Written by Dr. Boris Kralj
Earlier this year I wrote about the growing shift in the gender composition of the Canadian physician workforce and the unexplained large gap in earnings between male and female doctors.
While the feminization of the physician workforce has been well documented and discussed, another shift has also taken place which has not been very well recognized in the typical analysis of physician profiles. Both shifts are a reflection of our population at large, and both have potential implications for the provincial medical associations that represent physicians in pay negotiations and serve some of their other professional needs.

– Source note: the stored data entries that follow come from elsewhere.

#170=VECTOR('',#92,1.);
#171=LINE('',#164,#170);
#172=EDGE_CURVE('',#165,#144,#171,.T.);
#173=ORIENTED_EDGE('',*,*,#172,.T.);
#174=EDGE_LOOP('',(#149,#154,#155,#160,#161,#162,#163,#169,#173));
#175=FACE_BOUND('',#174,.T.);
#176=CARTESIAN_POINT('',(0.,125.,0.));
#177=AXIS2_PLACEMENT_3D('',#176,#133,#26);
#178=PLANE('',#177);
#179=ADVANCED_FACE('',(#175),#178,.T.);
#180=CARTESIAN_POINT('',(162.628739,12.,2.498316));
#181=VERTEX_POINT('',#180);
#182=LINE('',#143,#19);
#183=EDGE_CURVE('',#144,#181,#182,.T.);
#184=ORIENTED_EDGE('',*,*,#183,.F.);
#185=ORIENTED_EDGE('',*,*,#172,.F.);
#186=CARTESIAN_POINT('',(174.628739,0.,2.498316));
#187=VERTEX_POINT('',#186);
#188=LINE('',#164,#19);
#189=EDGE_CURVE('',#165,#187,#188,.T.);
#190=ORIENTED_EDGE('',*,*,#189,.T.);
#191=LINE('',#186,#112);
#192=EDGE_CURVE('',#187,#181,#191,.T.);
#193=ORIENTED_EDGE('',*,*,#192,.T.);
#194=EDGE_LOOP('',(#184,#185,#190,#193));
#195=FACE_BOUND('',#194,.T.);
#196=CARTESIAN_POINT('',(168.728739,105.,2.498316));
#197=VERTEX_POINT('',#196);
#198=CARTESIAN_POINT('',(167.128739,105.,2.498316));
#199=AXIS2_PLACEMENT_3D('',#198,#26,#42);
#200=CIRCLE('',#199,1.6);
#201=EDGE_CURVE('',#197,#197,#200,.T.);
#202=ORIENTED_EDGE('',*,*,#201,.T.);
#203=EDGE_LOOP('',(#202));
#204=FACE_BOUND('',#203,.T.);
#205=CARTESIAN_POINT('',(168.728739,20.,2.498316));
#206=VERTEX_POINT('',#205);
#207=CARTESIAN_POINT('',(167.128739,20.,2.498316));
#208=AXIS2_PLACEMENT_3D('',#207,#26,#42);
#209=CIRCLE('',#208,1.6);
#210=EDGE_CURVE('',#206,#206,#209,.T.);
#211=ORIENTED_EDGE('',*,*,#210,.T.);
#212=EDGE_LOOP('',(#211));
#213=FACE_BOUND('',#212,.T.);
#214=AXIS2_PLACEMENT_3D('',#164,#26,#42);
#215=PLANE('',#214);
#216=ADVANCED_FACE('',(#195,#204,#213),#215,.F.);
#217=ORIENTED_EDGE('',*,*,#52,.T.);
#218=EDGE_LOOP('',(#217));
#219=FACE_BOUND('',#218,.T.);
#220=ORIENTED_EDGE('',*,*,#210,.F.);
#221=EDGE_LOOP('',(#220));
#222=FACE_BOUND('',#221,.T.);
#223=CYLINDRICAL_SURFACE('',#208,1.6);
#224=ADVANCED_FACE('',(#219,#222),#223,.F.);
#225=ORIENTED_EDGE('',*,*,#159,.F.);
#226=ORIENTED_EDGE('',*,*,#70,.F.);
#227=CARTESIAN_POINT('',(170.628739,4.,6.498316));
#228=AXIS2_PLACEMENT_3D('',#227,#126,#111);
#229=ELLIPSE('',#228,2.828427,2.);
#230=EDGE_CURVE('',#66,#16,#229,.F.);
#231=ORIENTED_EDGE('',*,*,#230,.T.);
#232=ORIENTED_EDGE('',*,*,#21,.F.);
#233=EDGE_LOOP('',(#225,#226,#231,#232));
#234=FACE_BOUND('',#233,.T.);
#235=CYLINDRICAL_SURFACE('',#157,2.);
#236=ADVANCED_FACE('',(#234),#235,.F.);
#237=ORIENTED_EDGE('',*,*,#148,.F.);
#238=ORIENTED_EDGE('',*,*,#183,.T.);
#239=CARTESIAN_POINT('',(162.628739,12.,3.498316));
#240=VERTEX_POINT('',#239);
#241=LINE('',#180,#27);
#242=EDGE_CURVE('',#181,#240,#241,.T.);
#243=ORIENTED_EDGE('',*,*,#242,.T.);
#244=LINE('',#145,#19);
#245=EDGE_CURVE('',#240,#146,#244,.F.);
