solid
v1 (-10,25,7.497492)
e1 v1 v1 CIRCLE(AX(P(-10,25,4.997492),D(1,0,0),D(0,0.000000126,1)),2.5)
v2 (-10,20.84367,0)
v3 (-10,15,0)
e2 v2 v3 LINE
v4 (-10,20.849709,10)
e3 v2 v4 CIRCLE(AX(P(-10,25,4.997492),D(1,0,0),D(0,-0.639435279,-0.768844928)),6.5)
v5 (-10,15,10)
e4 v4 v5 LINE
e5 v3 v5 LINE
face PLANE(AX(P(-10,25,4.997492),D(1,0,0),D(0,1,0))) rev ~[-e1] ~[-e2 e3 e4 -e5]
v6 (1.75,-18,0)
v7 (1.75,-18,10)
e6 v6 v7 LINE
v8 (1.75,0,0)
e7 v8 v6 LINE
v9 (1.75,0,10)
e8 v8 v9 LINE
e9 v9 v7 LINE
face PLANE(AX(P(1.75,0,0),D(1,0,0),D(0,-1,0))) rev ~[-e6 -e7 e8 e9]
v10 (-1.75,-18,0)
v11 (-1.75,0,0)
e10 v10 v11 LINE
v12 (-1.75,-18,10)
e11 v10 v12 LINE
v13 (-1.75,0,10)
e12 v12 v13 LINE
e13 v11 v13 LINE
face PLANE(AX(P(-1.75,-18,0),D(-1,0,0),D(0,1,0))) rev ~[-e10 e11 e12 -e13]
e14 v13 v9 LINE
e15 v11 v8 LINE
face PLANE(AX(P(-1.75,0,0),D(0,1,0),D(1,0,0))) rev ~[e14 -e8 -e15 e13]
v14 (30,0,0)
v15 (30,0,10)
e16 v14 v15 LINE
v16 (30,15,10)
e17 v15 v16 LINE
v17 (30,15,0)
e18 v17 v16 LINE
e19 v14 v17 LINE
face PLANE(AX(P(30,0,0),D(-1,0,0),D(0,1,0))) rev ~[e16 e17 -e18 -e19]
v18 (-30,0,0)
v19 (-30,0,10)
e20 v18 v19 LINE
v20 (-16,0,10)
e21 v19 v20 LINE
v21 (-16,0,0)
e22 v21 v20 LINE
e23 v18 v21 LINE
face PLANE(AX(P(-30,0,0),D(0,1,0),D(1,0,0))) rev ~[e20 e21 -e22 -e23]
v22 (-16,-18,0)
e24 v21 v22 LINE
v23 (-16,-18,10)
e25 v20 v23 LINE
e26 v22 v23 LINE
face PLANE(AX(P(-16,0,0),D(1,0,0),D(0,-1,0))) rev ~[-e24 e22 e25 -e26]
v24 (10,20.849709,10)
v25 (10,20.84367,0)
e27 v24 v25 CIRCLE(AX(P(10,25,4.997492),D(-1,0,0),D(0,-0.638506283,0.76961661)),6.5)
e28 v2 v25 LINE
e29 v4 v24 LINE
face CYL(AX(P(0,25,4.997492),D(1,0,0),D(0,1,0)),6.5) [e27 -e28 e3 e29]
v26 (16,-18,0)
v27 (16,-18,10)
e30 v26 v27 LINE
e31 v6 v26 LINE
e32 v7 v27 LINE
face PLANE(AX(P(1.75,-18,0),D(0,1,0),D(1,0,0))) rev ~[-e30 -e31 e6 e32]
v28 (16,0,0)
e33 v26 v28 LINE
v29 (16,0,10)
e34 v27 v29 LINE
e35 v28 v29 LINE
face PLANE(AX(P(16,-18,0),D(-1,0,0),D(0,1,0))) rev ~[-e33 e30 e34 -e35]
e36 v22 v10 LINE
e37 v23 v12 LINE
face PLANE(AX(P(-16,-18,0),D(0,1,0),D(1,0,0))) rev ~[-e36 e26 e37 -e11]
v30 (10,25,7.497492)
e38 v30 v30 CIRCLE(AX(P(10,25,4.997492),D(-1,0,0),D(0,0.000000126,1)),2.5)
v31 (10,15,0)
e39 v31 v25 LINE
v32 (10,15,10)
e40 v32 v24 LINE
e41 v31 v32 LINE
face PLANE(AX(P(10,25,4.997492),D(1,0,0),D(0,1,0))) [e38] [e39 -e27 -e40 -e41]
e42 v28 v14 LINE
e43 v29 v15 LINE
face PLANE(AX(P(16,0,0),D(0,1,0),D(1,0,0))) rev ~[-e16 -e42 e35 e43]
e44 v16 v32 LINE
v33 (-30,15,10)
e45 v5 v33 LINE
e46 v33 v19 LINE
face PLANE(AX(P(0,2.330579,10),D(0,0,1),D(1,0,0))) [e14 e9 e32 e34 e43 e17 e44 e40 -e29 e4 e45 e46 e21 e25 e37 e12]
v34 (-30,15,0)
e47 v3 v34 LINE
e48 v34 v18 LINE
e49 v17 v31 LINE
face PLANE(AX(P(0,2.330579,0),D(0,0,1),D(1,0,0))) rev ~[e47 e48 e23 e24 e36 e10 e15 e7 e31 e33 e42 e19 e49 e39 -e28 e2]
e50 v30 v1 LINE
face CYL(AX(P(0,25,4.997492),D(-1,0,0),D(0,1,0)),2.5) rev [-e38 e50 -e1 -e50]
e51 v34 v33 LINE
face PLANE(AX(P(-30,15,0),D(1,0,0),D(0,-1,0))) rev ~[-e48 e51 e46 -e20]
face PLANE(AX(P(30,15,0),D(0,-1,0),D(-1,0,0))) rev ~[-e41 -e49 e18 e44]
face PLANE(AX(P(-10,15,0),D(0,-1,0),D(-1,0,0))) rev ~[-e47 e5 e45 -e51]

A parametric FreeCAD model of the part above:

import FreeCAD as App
import Part
import Sketcher


def add_polygon(sketch, points):
    """Adds a closed chain of lines whose ends are joined by coincident constraints."""
    first, n = sketch.GeometryCount, len(points)
    for a, b in zip(points, points[1:] + points[:1]):
        sketch.addGeometry(Part.LineSegment(App.Vector(*a, 0), App.Vector(*b, 0)), False)
    for i in range(n):
        sketch.addConstraint(Sketcher.Constraint("Coincident", first + i, 2, first + (i + 1) % n, 1))

doc = App.newDocument("Part")
params = doc.addObject("Spreadsheet::Sheet", "Params")
for row, (alias, value) in enumerate([
    ("sketch1_width", "14 mm"),
    ("sketch1_width2", "20 mm"),
    ("sketch1_height", "15 mm"),
    ("sketch1_height2", "18 mm"),
    ("sketch1_height3", "10 mm"),
    ("pad1_length", "10 mm"),
    ("sketch2_diameter", "13 mm"),
    ("sketch2_diameter2", "5 mm"),
    ("pad2_length", "20 mm"),
    ("sketch3_diameter", "5 mm"),
    ("pocket1_length", "25 mm"),
], start=1):
    params.set(f"A{row}", alias)
    params.set(f"B{row}", "=" + value)
    params.setAlias(f"B{row}", alias)

body = doc.addObject("PartDesign::Body", "Body")

# Sketch on XY plane
sketch1 = body.newObject("Sketcher::SketchObject", "Sketch")
sketch1.AttachmentSupport = (doc.getObject("XY_Plane"), [""])
sketch1.MapMode = "FlatFace"
add_polygon(sketch1, [(-30, 15), (-30, 0), (-16, 0), (-16, -18), (-1.8, -18), (-1.8, 0), (1.8, 0), (1.8, -18), (16, -18), (16, 0), (30, 0), (30, 15), (10, 15), (10, 25), (-10, 25), (-10, 15)])  # lines 0-15
sketch1.addConstraint([
    Sketcher.Constraint("Vertical", 0),
    Sketcher.Constraint("Horizontal", 1),
    Sketcher.Constraint("Vertical", 2),
    Sketcher.Constraint("Horizontal", 3),
    Sketcher.Constraint("Vertical", 4),
    Sketcher.Constraint("Horizontal", 5),
    Sketcher.Constraint("Vertical", 6),
    Sketcher.Constraint("Horizontal", 7),
    Sketcher.Constraint("Vertical", 8),
    Sketcher.Constraint("Horizontal", 9),
    Sketcher.Constraint("Vertical", 10),
    Sketcher.Constraint("Horizontal", 11),
    Sketcher.Constraint("Vertical", 12),
    Sketcher.Constraint("Horizontal", 13),
    Sketcher.Constraint("Vertical", 14),
    Sketcher.Constraint("Horizontal", 15),
    Sketcher.Constraint("Symmetric", 4, 2, 5, 2, -1, 1),
    Sketcher.Constraint("Symmetric", 1, 2, 8, 2, -1, 1),
    Sketcher.Constraint("Symmetric", 0, 2, 9, 2, -2),
    Sketcher.Constraint("Symmetric", 11, 2, 14, 2, -2),
    Sketcher.Constraint("Horizontal", 3, 2, 6, 2),
    Sketcher.Constraint("Equal", 11, 13),
    Sketcher.Constraint("DistanceX", 1, 1, 1, 2, 14.0),
    Sketcher.Constraint("DistanceX", 11, 2, 11, 1, 20.0),
    Sketcher.Constraint("DistanceY", 0, 2, 0, 1, 15.0),
    Sketcher.Constraint("DistanceY", 2, 2, 2, 1, 18.0),
    Sketcher.Constraint("DistanceY", 12, 1, 12, 2, 10.0),
    Sketcher.Constraint("DistanceX", 5, 1, 5, 2, 3.5),
])
sketch1.setExpression("Constraints[38]", "Params.sketch1_width")
sketch1.setExpression("Constraints[39]", "Params.sketch1_width2")
sketch1.setExpression("Constraints[40]", "Params.sketch1_height")
sketch1.setExpression("Constraints[41]", "Params.sketch1_height2")
sketch1.setExpression("Constraints[42]", "Params.sketch1_height3")
pad1 = body.newObject("PartDesign::Pad", "Pad")
pad1.Profile = sketch1
pad1.setExpression("Length", "Params.pad1_length")

# Sketch on YZ plane
sketch2 = body.newObject("Sketcher::SketchObject", "Sketch001")
sketch2.AttachmentSupport = (doc.getObject("YZ_Plane"), [""])
sketch2.MapMode = "FlatFace"
sketch2.addGeometry([
    Part.Circle(App.Vector(25, 5, 0), App.Vector(0, 0, 1), 6.5),
    Part.Circle(App.Vector(25, 5, 0), App.Vector(0, 0, 1), 2.5),
], False)
sketch2.addConstraint([
    Sketcher.Constraint("Coincident", 1, 3, 0, 3),
    Sketcher.Constraint("Diameter", 0, 13.0),
    Sketcher.Constraint("Diameter", 1, 5.0),
    Sketcher.Constraint("DistanceX", -1, 1, 0, 3, 25.0),
    Sketcher.Constraint("DistanceY", -1, 1, 0, 3, 4.997492),
])
sketch2.setExpression("Constraints[1]", "Params.sketch2_diameter")
sketch2.setExpression("Constraints[2]", "Params.sketch2_diameter2")
pad2 = body.newObject("PartDesign::Pad", "Pad001")
pad2.Profile = sketch2
pad2.setExpression("Length", "Params.pad2_length")
pad2.Midplane = True

# Sketch on YZ plane
sketch3 = body.newObject("Sketcher::SketchObject", "Sketch002")
sketch3.AttachmentSupport = (doc.getObject("YZ_Plane"), [""])
sketch3.MapMode = "FlatFace"
sketch3.addGeometry(Part.Circle(App.Vector(25, 5, 0), App.Vector(0, 0, 1), 2.5), False)
sketch3.addConstraint([
    Sketcher.Constraint("Diameter", 0, 5.0),
    Sketcher.Constraint("DistanceX", -1, 1, 0, 3, 25.0),
    Sketcher.Constraint("DistanceY", -1, 1, 0, 3, 4.997492),
])
sketch3.setExpression("Constraints[0]", "Params.sketch3_diameter")
pocket1 = body.newObject("PartDesign::Pocket", "Pocket")
pocket1.Profile = sketch3
pocket1.setExpression("Length", "Params.pocket1_length")
pocket1.Midplane = True

doc.recompute()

The composition of the Canadian physician workforce in terms of visible minority (non-white) composition has changed noticeably over the past couple of decades (refer to figures below). ‘Visible minority’ refers to whether a person belongs to a visible minority group as defined by the Employment Equity Act, and if so, the visible minority group to which the person belongs. The Employment Equity Act defines visible minorities as “persons, other than Aboriginal peoples, who are non-Caucasian in race or non-white in colour”. This is the definition employed by Statistics Canada. The visible minority or ethnicity of Canada’s physicians is not something that has been readily available or reported by organizations such as CIHI, that publish data usually limited to basic demographics of specialty, age and gender. Most, if not all, provincial medical association internal membership data bases fail to capture such information also.

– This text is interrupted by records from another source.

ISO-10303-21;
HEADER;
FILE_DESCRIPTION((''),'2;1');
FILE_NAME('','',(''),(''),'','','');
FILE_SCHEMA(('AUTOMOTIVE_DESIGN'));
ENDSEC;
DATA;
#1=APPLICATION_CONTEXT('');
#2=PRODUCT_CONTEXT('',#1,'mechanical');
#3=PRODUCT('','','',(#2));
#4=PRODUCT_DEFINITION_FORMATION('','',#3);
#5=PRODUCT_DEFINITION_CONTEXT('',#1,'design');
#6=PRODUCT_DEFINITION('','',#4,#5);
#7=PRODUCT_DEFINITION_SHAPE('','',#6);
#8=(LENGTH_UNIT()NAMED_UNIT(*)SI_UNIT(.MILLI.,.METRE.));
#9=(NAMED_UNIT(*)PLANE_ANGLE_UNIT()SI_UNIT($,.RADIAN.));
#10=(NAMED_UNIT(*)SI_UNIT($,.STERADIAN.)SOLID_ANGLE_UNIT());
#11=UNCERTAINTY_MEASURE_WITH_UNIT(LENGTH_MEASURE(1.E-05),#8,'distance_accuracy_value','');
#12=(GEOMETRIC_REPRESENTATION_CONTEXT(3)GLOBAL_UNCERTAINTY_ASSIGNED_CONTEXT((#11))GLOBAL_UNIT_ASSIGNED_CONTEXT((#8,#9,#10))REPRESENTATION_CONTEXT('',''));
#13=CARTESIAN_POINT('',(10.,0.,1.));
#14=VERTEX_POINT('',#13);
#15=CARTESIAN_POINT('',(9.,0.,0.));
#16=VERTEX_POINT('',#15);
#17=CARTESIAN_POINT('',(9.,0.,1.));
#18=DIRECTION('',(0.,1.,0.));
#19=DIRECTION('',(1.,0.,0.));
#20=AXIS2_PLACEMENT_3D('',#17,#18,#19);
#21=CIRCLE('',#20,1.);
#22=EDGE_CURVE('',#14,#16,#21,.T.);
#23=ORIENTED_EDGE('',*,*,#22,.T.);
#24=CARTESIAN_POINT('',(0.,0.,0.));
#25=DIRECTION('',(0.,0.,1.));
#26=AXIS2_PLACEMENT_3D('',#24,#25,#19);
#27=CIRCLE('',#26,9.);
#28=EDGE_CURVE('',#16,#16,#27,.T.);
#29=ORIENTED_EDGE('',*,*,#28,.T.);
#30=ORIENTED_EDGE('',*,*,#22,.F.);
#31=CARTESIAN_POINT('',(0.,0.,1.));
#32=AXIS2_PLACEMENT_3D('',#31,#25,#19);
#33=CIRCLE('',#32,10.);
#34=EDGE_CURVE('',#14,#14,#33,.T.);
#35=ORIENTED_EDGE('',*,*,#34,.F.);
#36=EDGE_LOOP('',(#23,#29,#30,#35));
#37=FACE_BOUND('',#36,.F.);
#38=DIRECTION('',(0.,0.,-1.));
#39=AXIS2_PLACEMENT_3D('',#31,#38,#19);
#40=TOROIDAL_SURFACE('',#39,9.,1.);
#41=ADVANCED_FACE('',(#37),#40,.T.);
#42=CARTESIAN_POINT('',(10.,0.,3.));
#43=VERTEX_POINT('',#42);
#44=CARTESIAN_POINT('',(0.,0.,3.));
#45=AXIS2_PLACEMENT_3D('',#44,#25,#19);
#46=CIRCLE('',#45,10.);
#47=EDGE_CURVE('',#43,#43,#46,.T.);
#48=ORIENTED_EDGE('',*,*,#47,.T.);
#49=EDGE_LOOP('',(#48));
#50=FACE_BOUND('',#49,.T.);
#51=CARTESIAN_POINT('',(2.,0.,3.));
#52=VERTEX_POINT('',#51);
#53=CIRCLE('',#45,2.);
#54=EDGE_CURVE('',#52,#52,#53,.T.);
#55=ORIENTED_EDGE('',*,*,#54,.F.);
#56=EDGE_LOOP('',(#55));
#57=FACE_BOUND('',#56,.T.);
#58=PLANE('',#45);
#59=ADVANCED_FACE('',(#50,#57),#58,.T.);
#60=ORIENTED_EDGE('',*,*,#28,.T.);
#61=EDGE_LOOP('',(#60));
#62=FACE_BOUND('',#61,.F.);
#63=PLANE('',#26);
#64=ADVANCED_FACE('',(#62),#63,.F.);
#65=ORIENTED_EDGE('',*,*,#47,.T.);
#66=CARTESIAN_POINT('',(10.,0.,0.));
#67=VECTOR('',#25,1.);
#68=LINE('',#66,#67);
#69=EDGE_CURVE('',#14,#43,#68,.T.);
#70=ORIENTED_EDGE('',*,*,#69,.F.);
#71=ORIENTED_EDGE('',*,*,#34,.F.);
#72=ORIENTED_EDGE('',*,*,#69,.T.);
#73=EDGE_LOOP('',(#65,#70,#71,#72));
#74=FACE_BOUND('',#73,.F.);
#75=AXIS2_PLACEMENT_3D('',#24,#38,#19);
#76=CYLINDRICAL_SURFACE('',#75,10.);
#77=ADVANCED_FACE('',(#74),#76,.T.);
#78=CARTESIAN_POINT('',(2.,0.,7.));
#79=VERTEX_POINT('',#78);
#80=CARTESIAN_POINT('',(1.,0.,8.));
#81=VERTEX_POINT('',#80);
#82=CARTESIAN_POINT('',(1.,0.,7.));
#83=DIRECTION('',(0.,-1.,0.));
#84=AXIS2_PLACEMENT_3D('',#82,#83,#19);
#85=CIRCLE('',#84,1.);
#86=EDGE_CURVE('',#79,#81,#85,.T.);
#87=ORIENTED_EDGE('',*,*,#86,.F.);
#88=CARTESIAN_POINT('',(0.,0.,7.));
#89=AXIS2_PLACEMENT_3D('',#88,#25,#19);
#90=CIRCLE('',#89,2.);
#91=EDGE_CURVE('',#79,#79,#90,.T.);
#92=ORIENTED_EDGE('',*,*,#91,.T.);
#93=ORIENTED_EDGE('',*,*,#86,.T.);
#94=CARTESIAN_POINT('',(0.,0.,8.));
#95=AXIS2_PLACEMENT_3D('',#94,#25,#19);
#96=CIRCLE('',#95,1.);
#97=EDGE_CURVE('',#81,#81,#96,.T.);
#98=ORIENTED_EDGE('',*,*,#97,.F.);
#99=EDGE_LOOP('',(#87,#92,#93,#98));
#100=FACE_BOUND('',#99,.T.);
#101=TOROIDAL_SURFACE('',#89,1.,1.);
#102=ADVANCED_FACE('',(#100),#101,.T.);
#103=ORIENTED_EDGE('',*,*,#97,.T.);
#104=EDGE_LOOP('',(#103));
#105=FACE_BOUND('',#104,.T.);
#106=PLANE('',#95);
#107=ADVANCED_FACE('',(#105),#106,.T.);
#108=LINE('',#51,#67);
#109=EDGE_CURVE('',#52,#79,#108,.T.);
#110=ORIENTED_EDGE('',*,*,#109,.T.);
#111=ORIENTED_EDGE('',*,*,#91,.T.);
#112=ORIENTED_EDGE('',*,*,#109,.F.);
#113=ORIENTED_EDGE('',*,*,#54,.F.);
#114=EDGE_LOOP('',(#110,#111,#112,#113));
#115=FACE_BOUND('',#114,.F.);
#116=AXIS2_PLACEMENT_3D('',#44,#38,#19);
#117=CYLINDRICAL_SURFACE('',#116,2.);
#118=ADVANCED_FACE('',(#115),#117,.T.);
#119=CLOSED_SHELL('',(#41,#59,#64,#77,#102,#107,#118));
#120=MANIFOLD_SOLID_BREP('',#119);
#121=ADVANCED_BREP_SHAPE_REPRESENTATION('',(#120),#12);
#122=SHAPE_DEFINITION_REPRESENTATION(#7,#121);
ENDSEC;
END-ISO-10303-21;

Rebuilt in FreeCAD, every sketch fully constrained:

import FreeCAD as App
import Part
import Sketcher
from FreeCAD import Vector


def edges_at(feature, points):
    """Names of the edges that pass closest to the given points."""
    edges = feature.Shape.Edges
    near = lambda p: min(range(len(edges)), key=lambda i: edges[i].distToShape(Part.Vertex(*p))[0])
    return sorted({f"Edge{near(p) + 1}" for p in points})

doc = App.newDocument("Part")
body = doc.addObject("PartDesign::Body", "Body")

sketch1 = body.newObject("Sketcher::SketchObject", "Sketch")
sketch1.AttachmentSupport = (doc.getObject("XY_Plane"), [""])
sketch1.MapMode = "FlatFace"
sketch1.addGeometry(Part.Circle(Vector(0, 0, 0), Vector(0, 0, 1), 10), False)
sketch1.addConstraint([
    Sketcher.Constraint("Coincident", 0, 3, -1, 1),
    Sketcher.Constraint("Diameter", 0, 20.0),
])
pad1 = body.newObject("PartDesign::Pad", "Pad")
pad1.Profile = sketch1
pad1.Length = 3

sketch2 = body.newObject("Sketcher::SketchObject", "Sketch001")
sketch2.AttachmentSupport = (doc.getObject("XY_Plane"), [""])
sketch2.MapMode = "FlatFace"
sketch2.AttachmentOffset = App.Placement(Vector(0, 0, 3), App.Rotation())
sketch2.addGeometry(Part.Circle(Vector(0, 0, 0), Vector(0, 0, 1), 2), False)
sketch2.addConstraint([
    Sketcher.Constraint("Coincident", 0, 3, -1, 1),
    Sketcher.Constraint("Diameter", 0, 4.0),
])
pad2 = body.newObject("PartDesign::Pad", "Pad001")
pad2.Profile = sketch2
pad2.Length = 5
doc.recompute()

fillet = body.newObject("PartDesign::Fillet", "Fillet")
fillet.Base = (pad2, edges_at(pad2, [(-2, 0, 8)]))
fillet.Radius = 1
doc.recompute()

fillet2 = body.newObject("PartDesign::Fillet", "Fillet001")
fillet2.Base = (fillet, edges_at(fillet, [(-10, 0, 0)]))
fillet2.Radius = 1

doc.recompute()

In 2000, 18 percent of Canada’s active physicians were visible minorities; by 2015 that share had risen to about 31 percent. In Ontario, the corresponding increase was from 24 percent to 39 percent.
The increase in visible minority physicians has not been even or uniform across all jurisdictions or minority groups. For example, in Ontario most of the increase has come from two groups, the South Asian and Arab groups. See table below.
Typically, most assessments of work effort available at the individual physician level are based on raw billing data and relate to the number of services provided, patients seen, days billed, etc. but do not capture the time (hours of work) to provide services.
I compared the work effort and earnings of visible minority physicians and white physicians in Ontario and Canada overall for the calendar year 2015. Work effort is measured by weeks worked per year, hours worked per week, and annual hours worked as collected by the 2016 Census of Canada. The analysis indicates that there is no difference in any of these measures of work effort between white and visible minority physicians. For example, for Canada, annual hours worked by white and visible minority physicians were 2,278 hours and 2,284 hours respectively. In the physician sector, income data is generally difficult to obtain and usually limited to gross billings that need to be adjusted for overhead costs to get a measure of physician income. The overhead ratios typically come from sample surveys that suffer from low response rates and many other potential biases associated with the survey.
While there is no difference in hours worked, there are significant differences in average earnings (net of overhead expenses) between these two groups. Specifically, the earnings of visible minority physicians are 10 to 15 percent lower, depending on specialty. Earnings (net of overhead expenses) are from the Canada Revenue Agency (CRA) administrative tax and benefits records of individual physicians for the 2015 tax year, rather than overall specialty averages obtained via self-reported surveys. Linked Census of Canada and CRA micro data for individual physicians was accessed through the Statistics Canada Research Data Centre (RDC) at McMaster University.
This gap in earnings is larger in Ontario than in the nation overall, with visible minority physicians earning only 86 percent of white physician earnings. The gap is especially pronounced for Ontario family physicians. Refer to chart below.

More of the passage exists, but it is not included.